* **EXERCISE BRIEF**
Please retype the data in full, exactly as given.

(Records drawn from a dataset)
━━━
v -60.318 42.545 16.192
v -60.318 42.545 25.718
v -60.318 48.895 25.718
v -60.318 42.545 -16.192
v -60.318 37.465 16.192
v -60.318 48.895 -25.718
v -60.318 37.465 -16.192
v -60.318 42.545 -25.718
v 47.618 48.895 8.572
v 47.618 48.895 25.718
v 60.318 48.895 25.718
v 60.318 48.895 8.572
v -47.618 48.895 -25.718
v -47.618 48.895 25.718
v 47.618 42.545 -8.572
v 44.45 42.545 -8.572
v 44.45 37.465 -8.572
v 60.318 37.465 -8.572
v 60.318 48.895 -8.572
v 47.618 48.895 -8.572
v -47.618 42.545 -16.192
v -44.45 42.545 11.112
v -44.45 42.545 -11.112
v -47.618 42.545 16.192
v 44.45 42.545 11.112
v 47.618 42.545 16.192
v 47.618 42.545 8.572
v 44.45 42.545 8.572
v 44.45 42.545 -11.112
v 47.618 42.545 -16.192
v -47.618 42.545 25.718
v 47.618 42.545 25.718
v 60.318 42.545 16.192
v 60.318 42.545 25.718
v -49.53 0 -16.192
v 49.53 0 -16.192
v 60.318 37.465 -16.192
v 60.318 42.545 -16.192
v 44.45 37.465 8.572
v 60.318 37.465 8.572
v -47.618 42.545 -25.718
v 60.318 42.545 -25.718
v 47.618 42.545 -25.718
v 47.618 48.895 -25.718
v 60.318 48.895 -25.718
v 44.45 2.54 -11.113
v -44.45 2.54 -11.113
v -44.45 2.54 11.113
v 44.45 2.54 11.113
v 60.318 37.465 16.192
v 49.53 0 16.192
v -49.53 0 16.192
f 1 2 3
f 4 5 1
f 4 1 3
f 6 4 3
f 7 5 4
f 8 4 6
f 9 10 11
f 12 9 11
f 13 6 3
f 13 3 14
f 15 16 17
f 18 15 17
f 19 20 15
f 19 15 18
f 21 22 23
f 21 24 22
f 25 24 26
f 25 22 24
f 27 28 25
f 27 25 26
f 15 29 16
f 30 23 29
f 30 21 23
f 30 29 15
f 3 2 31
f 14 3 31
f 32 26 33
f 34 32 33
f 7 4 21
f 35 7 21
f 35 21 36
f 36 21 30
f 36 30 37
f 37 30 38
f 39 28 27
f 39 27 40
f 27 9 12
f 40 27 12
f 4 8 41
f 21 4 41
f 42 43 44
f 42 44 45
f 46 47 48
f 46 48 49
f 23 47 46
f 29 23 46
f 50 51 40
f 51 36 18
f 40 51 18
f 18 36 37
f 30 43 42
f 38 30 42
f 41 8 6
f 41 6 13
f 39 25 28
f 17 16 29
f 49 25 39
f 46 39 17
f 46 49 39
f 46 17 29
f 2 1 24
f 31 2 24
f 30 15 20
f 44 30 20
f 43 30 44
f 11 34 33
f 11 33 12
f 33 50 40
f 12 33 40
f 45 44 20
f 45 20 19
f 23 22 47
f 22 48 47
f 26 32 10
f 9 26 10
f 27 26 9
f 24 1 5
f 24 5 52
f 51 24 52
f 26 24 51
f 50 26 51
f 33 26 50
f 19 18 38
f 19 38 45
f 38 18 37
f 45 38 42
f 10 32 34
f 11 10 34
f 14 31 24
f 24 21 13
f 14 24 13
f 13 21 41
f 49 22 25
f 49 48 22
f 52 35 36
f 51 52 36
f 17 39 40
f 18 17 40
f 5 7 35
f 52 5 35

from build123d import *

# Parameters (mm, degrees)
SKETCH1_W                = 88.9
SKETCH1_H                = 22.225
BOSS_EXTRUDE1_DEPTH      = 2.54
SKETCH2_W                = 99.06
SKETCH2_H                = 32.385
SKETCH2_W_2              = 88.9
SKETCH2_H_2              = 22.225
BOSS_EXTRUDE3_DEPTH      = 34.925
BOSS_EXTRUDE3_DEPTH_BACK = 2.54
SKETCH4_W                = 120.635507722
SKETCH4_H                = 32.385
SKETCH4_W_2              = 88.9
SKETCH4_H_2              = 22.225
BOSS_EXTRUDE4_DEPTH      = 5.08
SKETCH5_W                = 12.7
SKETCH5_H                = 51.435
BOSS_EXTRUDE5_DEPTH      = 6.35
BOSS_EXTRUDE6_DEPTH      = 32.385
SKETCH7_W                = 15.867753861
SKETCH7_H                = 17.145
CUT_EXTRUDE1_DEPTH       = 11.43


with BuildPart() as part:
    # Sketch1 → Boss-Extrude1 (new body)
    with BuildSketch(Plane(origin=(0, 0, 0), x_dir=(1, 0, 0), z_dir=(0, 1, 0))):
        Rectangle(SKETCH1_W, SKETCH1_H)
    extrude(amount=BOSS_EXTRUDE1_DEPTH)

    # Sketch2 → Boss-Extrude3 (add, two sides)
    with BuildSketch(Plane(origin=(0, 2.54, 0), x_dir=(1, 0, 0), z_dir=(0, 1, 0))) as boss_extrude3_sk:
        Rectangle(SKETCH2_W, SKETCH2_H)
        Rectangle(SKETCH2_W_2, SKETCH2_H_2, mode=Mode.SUBTRACT)
    extrude(amount=BOSS_EXTRUDE3_DEPTH)
    extrude(boss_extrude3_sk.sketch, amount=-BOSS_EXTRUDE3_DEPTH_BACK)

    # Sketch4 → Boss-Extrude4 (add)
    with BuildSketch(Plane(origin=(0, 37.465, 0), x_dir=(1, 0, 0), z_dir=(0, 1, 0))):
        Rectangle(SKETCH4_W, SKETCH4_H)
        Rectangle(SKETCH4_W_2, SKETCH4_H_2, mode=Mode.SUBTRACT)
    extrude(amount=BOSS_EXTRUDE4_DEPTH)

    # Sketch5 → Boss-Extrude5 (add)
    with BuildSketch(Plane(origin=(0, 42.545, 0), x_dir=(1, 0, 0), z_dir=(0, 1, 0))):
        with Locations((53.967753861, 0)):
            Rectangle(SKETCH5_W, SKETCH5_H)
        with Locations((-53.967753861, 0)):
            Rectangle(SKETCH5_W, SKETCH5_H)
    extrude(amount=BOSS_EXTRUDE5_DEPTH)

    # Sketch6 → Boss-Extrude6 (add)
    with BuildSketch(Plane(origin=(0, 0, -16.1925), x_dir=(-1, 0, 0), z_dir=(0, 0, -1))):
        Polygon((-49.53, 0), (-60.317753861, 37.465), (-49.53, 37.465), align=None)
        Polygon((49.53, 37.465), (60.317753861, 37.465), (49.53, 0), align=None)
    extrude(amount=-BOSS_EXTRUDE6_DEPTH)

    # Sketch7 → Cut-Extrude1 (cut)
    with BuildSketch(Plane(origin=(0, 48.895, 0), x_dir=(1, 0, 0), z_dir=(0, 1, 0))):
        with Locations((52.383876931, 0)):
            Rectangle(SKETCH7_W, SKETCH7_H)
    extrude(amount=-CUT_EXTRUDE1_DEPTH, mode=Mode.SUBTRACT)


solid = part.part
━━━
* **RESULT OF THE TASK**
v -60.318 42.545 16.192
v -60.318 42.545 25.718
v -60.318 48.895 25.718
v -60.318 42.545 -16.192
v -60.318 37.465 16.192
v -60.318 48.895 -25.718
v -60.318 37.465 -16.192
v -60.318 42.545 -25.718
v 47.618 48.895 8.572
v 47.618 48.895 25.718
v 60.318 48.895 25.718
v 60.318 48.895 8.572
v -47.618 48.895 -25.718
v -47.618 48.895 25.718
v 47.618 42.545 -8.572
v 44.45 42.545 -8.572
v 44.45 37.465 -8.572
v 60.318 37.465 -8.572
v 60.318 48.895 -8.572
v 47.618 48.895 -8.572
v -47.618 42.545 -16.192
v -44.45 42.545 11.112
v -44.45 42.545 -11.112
v -47.618 42.545 16.192
v 44.45 42.545 11.112
v 47.618 42.545 16.192
v 47.618 42.545 8.572
v 44.45 42.545 8.572
v 44.45 42.545 -11.112
v 47.618 42.545 -16.192
v -47.618 42.545 25.718
v 47.618 42.545 25.718
v 60.318 42.545 16.192
v 60.318 42.545 25.718
v -49.53 0 -16.192
v 49.53 0 -16.192
v 60.318 37.465 -16.192
v 60.318 42.545 -16.192
v 44.45 37.465 8.572
v 60.318 37.465 8.572
v -47.618 42.545 -25.718
v 60.318 42.545 -25.718
v 47.618 42.545 -25.718
v 47.618 48.895 -25.718
v 60.318 48.895 -25.718
v 44.45 2.54 -11.113
v -44.45 2.54 -11.113
v -44.45 2.54 11.113
v 44.45 2.54 11.113
v 60.318 37.465 16.192
v 49.53 0 16.192
v -49.53 0 16.192
f 1 2 3
f 4 5 1
f 4 1 3
f 6 4 3
f 7 5 4
f 8 4 6
f 9 10 11
f 12 9 11
f 13 6 3
f 13 3 14
f 15 16 17
f 18 15 17
f 19 20 15
f 19 15 18
f 21 22 23
f 21 24 22
f 25 24 26
f 25 22 24
f 27 28 25
f 27 25 26
f 15 29 16
f 30 23 29
f 30 21 23
f 30 29 15
f 3 2 31
f 14 3 31
f 32 26 33
f 34 32 33
f 7 4 21
f 35 7 21
f 35 21 36
f 36 21 30
f 36 30 37
f 37 30 38
f 39 28 27
f 39 27 40
f 27 9 12
f 40 27 12
f 4 8 41
f 21 4 41
f 42 43 44
f 42 44 45
f 46 47 48
f 46 48 49
f 23 47 46
f 29 23 46
f 50 51 40
f 51 36 18
f 40 51 18
f 18 36 37
f 30 43 42
f 38 30 42
f 41 8 6
f 41 6 13
f 39 25 28
f 17 16 29
f 49 25 39
f 46 39 17
f 46 49 39
f 46 17 29
f 2 1 24
f 31 2 24
f 30 15 20
f 44 30 20
f 43 30 44
f 11 34 33
f 11 33 12
f 33 50 40
f 12 33 40
f 45 44 20
f 45 20 19
f 23 22 47
f 22 48 47
f 26 32 10
f 9 26 10
f 27 26 9
f 24 1 5
f 24 5 52
f 51 24 52
f 26 24 51
f 50 26 51
f 33 26 50
f 19 18 38
f 19 38 45
f 38 18 37
f 45 38 42
f 10 32 34
f 11 10 34
f 14 31 24
f 24 21 13
f 14 24 13
f 13 21 41
f 49 22 25
f 49 48 22
f 52 35 36
f 51 52 36
f 17 39 40
f 18 17 40
f 5 7 35
f 52 5 35

from build123d import *

# Parameters (mm, degrees)
SKETCH1_W                = 88.9
SKETCH1_H                = 22.225
BOSS_EXTRUDE1_DEPTH      = 2.54
SKETCH2_W                = 99.06
SKETCH2_H                = 32.385
SKETCH2_W_2              = 88.9
SKETCH2_H_2              = 22.225
BOSS_EXTRUDE3_DEPTH      = 34.925
BOSS_EXTRUDE3_DEPTH_BACK = 2.54
SKETCH4_W                = 120.635507722
SKETCH4_H                = 32.385
SKETCH4_W_2              = 88.9
SKETCH4_H_2              = 22.225
BOSS_EXTRUDE4_DEPTH      = 5.08
SKETCH5_W                = 12.7
SKETCH5_H                = 51.435
BOSS_EXTRUDE5_DEPTH      = 6.35
BOSS_EXTRUDE6_DEPTH      = 32.385
SKETCH7_W                = 15.867753861
SKETCH7_H                = 17.145
CUT_EXTRUDE1_DEPTH       = 11.43


with BuildPart() as part:
    # Sketch1 → Boss-Extrude1 (new body)
    with BuildSketch(Plane(origin=(0, 0, 0), x_dir=(1, 0, 0), z_dir=(0, 1, 0))):
        Rectangle(SKETCH1_W, SKETCH1_H)
    extrude(amount=BOSS_EXTRUDE1_DEPTH)

    # Sketch2 → Boss-Extrude3 (add, two sides)
    with BuildSketch(Plane(origin=(0, 2.54, 0), x_dir=(1, 0, 0), z_dir=(0, 1, 0))) as boss_extrude3_sk:
        Rectangle(SKETCH2_W, SKETCH2_H)
        Rectangle(SKETCH2_W_2, SKETCH2_H_2, mode=Mode.SUBTRACT)
    extrude(amount=BOSS_EXTRUDE3_DEPTH)
    extrude(boss_extrude3_sk.sketch, amount=-BOSS_EXTRUDE3_DEPTH_BACK)

    # Sketch4 → Boss-Extrude4 (add)
    with BuildSketch(Plane(origin=(0, 37.465, 0), x_dir=(1, 0, 0), z_dir=(0, 1, 0))):
        Rectangle(SKETCH4_W, SKETCH4_H)
        Rectangle(SKETCH4_W_2, SKETCH4_H_2, mode=Mode.SUBTRACT)
    extrude(amount=BOSS_EXTRUDE4_DEPTH)

    # Sketch5 → Boss-Extrude5 (add)
    with BuildSketch(Plane(origin=(0, 42.545, 0), x_dir=(1, 0, 0), z_dir=(0, 1, 0))):
        with Locations((53.967753861, 0)):
            Rectangle(SKETCH5_W, SKETCH5_H)
        with Locations((-53.967753861, 0)):
            Rectangle(SKETCH5_W, SKETCH5_H)
    extrude(amount=BOSS_EXTRUDE5_DEPTH)

    # Sketch6 → Boss-Extrude6 (add)
    with BuildSketch(Plane(origin=(0, 0, -16.1925), x_dir=(-1, 0, 0), z_dir=(0, 0, -1))):
        Polygon((-49.53, 0), (-60.317753861, 37.465), (-49.53, 37.465), align=None)
        Polygon((49.53, 37.465), (60.317753861, 37.465), (49.53, 0), align=None)
    extrude(amount=-BOSS_EXTRUDE6_DEPTH)

    # Sketch7 → Cut-Extrude1 (cut)
    with BuildSketch(Plane(origin=(0, 48.895, 0), x_dir=(1, 0, 0), z_dir=(0, 1, 0))):
        with Locations((52.383876931, 0)):
            Rectangle(SKETCH7_W, SKETCH7_H)
    extrude(amount=-CUT_EXTRUDE1_DEPTH, mode=Mode.SUBTRACT)


solid = part.part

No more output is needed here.